As many as 200 addicts a night would inject heroin and cocaine in a small,
squalid room at the back of a former store equipped with a TV, clean
needles and a phone for calling 911 in the event of an overdose.

Livingston said the society allowed addicts to run The Back Alley and it
was only when it became "an embarrassment to the government" that funding
was cut.

Inspector Gary Greer of the Vancouver police said the department initially
did not act against blatant drug use at The Back Alley and that officers
would often send addicts on the street to the centre.

But, he said, police finally cracked down after learning, from various
sources, that people were being coerced into using drugs and that blatant
trafficking was going on there.

"The neighbourhood was an absolute disaster. People found needles with
blood. People were freaking out on drugs. There were assaults and people
shooting up in doorways."

The Empowerment Society was a group of addicts supported by the Downtown
Eastside Youth Activities Society (DEYAS). The addicts were unable to
directly access provincial funds because their society lacked the necessary
legal standing, so DEYAS -- a reputable, non-profit agency with an annual
budget of $2.8 million -- was used as a conduit for accessing grants.

"The community felt let down -- that we'd been led down the garden path,"
said John Turvey, of DEYAS, referring to the drug use that eventually
dominated the facility's activities.

Turvey said the programs they were supposed to be running at The Back Alley
never materialized. Wherever addicts congregate, he said, there will be
drug activity, but it was never meant to overshadow the project's goals.

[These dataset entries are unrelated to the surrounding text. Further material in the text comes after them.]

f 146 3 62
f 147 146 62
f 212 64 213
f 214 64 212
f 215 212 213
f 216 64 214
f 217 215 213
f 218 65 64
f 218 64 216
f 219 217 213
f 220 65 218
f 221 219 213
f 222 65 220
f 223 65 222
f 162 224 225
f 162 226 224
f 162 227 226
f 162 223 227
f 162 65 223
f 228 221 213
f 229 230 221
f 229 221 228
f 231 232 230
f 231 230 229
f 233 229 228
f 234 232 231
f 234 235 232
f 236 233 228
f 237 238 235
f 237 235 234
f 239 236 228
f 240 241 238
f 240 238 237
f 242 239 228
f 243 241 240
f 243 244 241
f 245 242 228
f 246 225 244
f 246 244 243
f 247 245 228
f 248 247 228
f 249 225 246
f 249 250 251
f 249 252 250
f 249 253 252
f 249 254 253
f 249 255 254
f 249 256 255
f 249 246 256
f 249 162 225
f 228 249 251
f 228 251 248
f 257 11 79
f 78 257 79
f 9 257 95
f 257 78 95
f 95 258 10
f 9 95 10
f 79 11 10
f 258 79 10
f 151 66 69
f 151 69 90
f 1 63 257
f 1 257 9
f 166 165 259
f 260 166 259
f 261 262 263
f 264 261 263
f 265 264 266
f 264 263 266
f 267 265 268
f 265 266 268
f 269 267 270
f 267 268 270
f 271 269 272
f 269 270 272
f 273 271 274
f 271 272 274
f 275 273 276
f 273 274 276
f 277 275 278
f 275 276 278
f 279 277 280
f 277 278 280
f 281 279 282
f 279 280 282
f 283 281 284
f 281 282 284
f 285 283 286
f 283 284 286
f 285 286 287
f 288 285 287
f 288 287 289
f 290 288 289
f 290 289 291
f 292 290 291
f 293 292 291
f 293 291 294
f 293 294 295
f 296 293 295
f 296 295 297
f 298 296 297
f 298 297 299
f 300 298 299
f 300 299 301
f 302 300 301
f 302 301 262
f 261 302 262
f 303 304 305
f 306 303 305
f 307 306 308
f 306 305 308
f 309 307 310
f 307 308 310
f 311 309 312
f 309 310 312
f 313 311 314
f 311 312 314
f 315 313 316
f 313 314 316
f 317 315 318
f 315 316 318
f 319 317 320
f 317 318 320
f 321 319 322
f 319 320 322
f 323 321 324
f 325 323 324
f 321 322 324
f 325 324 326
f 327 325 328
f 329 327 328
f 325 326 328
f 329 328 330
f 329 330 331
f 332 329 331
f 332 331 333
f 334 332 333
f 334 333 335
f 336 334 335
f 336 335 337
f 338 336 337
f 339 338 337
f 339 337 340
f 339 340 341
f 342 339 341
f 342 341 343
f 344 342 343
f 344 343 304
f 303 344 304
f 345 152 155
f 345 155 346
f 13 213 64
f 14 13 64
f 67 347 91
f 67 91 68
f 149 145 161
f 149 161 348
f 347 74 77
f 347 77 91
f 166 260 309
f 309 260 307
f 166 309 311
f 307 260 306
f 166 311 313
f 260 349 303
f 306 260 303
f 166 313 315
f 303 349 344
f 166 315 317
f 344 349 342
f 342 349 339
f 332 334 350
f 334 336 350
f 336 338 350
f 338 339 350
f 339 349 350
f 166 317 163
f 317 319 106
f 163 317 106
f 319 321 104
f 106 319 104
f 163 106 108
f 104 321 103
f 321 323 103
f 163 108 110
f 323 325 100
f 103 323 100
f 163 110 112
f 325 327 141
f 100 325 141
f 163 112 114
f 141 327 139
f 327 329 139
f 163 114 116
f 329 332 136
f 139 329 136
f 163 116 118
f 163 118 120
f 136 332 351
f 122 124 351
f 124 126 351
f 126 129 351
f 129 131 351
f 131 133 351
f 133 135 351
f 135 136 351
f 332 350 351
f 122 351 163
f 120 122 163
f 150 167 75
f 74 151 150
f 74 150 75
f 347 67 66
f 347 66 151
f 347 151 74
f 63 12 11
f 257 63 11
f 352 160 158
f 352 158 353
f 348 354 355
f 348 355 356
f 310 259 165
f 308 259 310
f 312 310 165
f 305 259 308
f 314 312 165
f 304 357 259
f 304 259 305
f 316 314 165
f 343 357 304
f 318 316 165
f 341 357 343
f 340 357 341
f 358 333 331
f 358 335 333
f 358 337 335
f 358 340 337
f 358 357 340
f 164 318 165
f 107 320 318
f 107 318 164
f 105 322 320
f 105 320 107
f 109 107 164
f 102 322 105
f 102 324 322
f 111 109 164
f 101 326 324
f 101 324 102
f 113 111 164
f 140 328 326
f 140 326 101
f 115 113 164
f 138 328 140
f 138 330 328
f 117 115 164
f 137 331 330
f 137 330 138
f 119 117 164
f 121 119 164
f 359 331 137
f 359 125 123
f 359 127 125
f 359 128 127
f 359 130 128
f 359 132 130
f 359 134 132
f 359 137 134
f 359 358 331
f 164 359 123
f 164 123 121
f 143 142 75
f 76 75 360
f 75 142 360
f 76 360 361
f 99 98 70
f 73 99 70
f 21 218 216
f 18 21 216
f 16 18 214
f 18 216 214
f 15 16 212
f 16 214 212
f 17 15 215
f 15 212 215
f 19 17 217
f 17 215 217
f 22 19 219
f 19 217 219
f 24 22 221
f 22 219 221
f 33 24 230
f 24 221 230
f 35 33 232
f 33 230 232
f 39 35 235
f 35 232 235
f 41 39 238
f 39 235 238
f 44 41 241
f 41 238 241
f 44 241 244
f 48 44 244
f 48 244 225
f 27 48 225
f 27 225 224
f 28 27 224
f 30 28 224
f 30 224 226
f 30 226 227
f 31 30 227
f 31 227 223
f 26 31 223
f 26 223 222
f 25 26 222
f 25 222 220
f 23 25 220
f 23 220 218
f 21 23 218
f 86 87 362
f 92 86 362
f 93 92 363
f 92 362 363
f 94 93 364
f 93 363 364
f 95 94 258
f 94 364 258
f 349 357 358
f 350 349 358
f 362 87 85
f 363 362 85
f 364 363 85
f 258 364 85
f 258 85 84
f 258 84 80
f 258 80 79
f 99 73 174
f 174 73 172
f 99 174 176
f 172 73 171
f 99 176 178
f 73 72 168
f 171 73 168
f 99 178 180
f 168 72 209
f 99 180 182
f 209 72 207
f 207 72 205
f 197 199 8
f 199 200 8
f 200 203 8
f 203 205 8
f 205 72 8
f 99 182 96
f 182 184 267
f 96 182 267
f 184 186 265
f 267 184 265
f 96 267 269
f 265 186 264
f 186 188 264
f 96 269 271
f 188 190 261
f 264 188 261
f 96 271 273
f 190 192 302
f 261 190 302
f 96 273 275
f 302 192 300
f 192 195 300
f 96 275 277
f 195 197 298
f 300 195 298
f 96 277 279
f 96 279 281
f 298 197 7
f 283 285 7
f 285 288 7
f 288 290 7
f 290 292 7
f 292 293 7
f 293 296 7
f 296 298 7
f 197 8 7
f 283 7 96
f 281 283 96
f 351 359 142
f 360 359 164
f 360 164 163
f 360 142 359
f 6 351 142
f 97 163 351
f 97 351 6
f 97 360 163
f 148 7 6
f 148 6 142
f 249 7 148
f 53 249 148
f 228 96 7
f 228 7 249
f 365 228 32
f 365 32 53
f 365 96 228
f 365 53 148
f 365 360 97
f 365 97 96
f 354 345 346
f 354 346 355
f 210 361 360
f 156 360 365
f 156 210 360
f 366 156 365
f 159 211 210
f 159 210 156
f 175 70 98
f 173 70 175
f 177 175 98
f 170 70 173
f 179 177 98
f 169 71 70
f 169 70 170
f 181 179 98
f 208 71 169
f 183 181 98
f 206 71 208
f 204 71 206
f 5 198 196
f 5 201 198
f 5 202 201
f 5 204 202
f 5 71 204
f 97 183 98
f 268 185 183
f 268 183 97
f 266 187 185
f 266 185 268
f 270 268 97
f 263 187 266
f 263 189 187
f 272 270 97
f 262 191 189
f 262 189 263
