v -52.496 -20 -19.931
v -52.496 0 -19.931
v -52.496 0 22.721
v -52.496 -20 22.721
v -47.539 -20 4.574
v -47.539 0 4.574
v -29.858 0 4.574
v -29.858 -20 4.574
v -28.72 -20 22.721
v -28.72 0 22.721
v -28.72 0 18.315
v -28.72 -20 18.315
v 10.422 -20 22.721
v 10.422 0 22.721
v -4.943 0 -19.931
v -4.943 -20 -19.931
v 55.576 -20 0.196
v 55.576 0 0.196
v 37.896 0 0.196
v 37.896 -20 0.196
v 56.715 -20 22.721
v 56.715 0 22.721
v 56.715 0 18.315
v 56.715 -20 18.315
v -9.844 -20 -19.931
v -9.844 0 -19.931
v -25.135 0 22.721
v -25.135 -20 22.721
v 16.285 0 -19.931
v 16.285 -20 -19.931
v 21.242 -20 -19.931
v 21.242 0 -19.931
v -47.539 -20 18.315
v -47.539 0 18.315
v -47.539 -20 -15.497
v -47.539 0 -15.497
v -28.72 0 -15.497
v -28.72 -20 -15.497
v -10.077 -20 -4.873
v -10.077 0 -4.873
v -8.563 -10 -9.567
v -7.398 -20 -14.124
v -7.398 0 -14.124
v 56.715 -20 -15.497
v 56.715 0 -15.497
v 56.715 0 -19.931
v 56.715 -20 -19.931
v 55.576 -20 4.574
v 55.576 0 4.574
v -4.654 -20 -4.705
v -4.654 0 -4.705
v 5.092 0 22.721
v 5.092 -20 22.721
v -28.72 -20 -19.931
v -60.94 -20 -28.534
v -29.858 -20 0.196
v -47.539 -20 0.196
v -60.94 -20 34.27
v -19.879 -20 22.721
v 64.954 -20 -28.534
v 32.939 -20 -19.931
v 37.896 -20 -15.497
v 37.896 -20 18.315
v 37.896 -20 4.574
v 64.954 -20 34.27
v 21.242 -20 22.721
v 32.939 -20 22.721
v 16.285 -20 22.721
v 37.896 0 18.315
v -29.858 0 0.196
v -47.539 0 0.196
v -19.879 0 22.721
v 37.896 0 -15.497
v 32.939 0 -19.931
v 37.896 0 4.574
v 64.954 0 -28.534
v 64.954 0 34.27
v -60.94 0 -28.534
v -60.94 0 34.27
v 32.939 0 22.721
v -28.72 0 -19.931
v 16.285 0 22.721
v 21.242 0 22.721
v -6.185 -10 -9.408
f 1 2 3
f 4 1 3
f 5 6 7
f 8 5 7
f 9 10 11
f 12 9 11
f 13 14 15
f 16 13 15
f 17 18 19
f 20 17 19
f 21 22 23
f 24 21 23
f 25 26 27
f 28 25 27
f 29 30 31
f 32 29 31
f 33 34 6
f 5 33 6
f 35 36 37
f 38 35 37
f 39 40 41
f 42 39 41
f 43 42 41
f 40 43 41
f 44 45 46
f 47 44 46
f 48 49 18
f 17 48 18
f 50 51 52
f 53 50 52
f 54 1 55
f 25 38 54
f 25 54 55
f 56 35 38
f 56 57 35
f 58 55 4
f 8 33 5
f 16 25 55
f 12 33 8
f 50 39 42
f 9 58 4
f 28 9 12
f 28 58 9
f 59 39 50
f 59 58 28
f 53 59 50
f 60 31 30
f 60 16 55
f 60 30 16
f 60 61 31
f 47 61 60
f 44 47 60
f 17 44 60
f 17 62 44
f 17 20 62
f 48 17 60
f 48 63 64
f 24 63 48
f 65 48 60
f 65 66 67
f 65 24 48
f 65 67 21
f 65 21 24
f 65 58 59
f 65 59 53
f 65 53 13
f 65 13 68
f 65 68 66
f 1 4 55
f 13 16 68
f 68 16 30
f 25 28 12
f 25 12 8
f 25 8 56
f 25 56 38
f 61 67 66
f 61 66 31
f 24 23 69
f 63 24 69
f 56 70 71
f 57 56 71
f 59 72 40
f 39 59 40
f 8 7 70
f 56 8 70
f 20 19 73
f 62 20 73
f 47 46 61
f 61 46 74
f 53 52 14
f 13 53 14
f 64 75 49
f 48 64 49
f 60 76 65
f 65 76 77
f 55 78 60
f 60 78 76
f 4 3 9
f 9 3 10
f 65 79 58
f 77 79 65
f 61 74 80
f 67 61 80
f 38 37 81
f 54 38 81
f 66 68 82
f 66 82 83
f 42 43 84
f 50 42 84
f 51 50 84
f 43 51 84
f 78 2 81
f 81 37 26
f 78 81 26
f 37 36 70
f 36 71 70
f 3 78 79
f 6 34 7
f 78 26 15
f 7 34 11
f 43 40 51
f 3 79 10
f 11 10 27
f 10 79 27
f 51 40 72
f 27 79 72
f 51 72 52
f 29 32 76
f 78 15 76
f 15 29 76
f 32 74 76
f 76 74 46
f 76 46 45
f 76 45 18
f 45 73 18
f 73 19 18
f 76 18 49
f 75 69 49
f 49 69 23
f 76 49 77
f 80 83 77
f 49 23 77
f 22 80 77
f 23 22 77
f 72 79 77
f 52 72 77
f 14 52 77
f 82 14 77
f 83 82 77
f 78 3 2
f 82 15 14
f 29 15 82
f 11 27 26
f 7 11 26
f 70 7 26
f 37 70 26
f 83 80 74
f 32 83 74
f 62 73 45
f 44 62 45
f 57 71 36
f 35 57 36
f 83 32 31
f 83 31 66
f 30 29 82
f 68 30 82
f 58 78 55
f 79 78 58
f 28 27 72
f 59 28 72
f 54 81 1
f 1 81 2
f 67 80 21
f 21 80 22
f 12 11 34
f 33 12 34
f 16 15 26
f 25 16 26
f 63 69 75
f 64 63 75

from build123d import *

# Parameters (mm, degrees)
F0_W     = 125.8938722312
F0_H     = 62.8035478294
F0_W_2   = 4.9569368675
F0_H_2   = 42.6520612952
F1_DEPTH = 20


with BuildPart() as f1:
    # F0 (on Front) → F1 (new body)
    with BuildSketch(Plane.XZ):
        with Locations((2.0074192435, 2.8677415103)):
            Rectangle(F0_W, F0_H)
        Polygon((-28.719614941, -15.4966360104), (-28.719614941, -19.9308074079), (-52.4961087293, -19.9308074079), (-52.4961087293, 22.7212538872), (-28.719614941, 22.7212538872), (-28.719614941, 18.3150877828), (-47.5391718618, 18.3150877828), (-47.5391718618, 4.5738239993), (-29.8584968578, 4.5738239993), (-29.8584968578, 0.1956631879), (-47.5391718618, 0.1956631879), (-47.5391718618, -15.4966360104), align=None, mode=Mode.SUBTRACT)
        with BuildLine():
            Line((-4.6537331246, -4.7052630936), (5.0921088522, 22.7212538872))
            Line((5.0921088522, 22.7212538872), (10.4224496269, 22.7212538872))
            Line((10.4224496269, 22.7212538872), (-4.9431211527, -19.9308074079))
            Line((-4.9431211527, -19.9308074079), (-9.8440474341, -19.9308074079))
            Line((-9.8440474341, -19.9308074079), (-25.1349374323, 22.7212538872))
            Line((-25.1349374323, 22.7212538872), (-19.879277439, 22.7212538872))
            Line((-19.879277439, 22.7212538872), (-10.0774248761, -4.8732948518))
            add(Edge.make_bspline(
                [(-10.0774248761, -4.8732948518), (-8.3877721962, -9.634194668), (-7.3982518423, -14.1243766516)],
                knots=[0, 0, 0, 1, 1, 1], degree=2))
            add(Edge.make_bspline(
                [(-7.3982518423, -14.1243766516), (-6.3433858045, -9.4008172261), (-4.6537331246, -4.7052630936)],
                knots=[0, 0, 0, 1, 1, 1], degree=2))
        make_face(mode=Mode.SUBTRACT)
        with Locations((18.763359403, 1.3952232396)):
            Rectangle(F0_W_2, F0_H_2, mode=Mode.SUBTRACT)
        Polygon((56.7151990169, -15.4966360104), (56.7151990169, -19.9308074079), (32.9387052285, -19.9308074079), (32.9387052285, 22.7212538872), (56.7151990169, 22.7212538872), (56.7151990169, 18.3150877828), (37.8956420961, 18.3150877828), (37.8956420961, 4.5738239993), (55.5763171, 4.5738239993), (55.5763171, 0.1956631879), (37.8956420961, 0.1956631879), (37.8956420961, -15.4966360104), align=None, mode=Mode.SUBTRACT)
    extrude(amount=F1_DEPTH)


solid = f1.part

After the group had received several months of government funding,
injection cubicles appeared and that -- in addition to the group's
bookkeeping irregularities -- spurred DEYAS to withdraw funding.

Although Turvey signed the contract for the grant, he said what happened at
The Back Alley was the responsibility of those who ran the Empowerment
Society.

On Wednesday, a government spokesperson said Victoria stopped funding in
October 1996, after widespread community criticism of what was originally
intended to be a drop-in centre providing counselling, job training and
medical assistance -- a proposal the government initially supported because
it had the backing of DEYAS.

Bud Osborn, of the Vancouver/Richmond health board and a former board
member of DEYAS, said funding continued after everyone knew it was not a
drop-in centre. But in spite of the problems precipitated by The Back
Alley, a health board panel led by Osborn is pursuing a plan to open four
such injection sites in the Downtown Eastside.

"[The Back Alley] was a bit squalid," Osborn, a former addict, admitted.
"But it saved lives."

And with 272 deaths in B.C. so far this year from overdoses of heroin or
cocaine -- a 30-per-cent increase over the same period last year -- he says
an experiment in safe fixing sites that could improve on The Back Alley
model is desperately needed.

On Friday, Osborn will be in Ottawa to lobby officials from the federal
health minister's office for support of the health board's plan to open
four similar injection sites in the Downtown Eastside.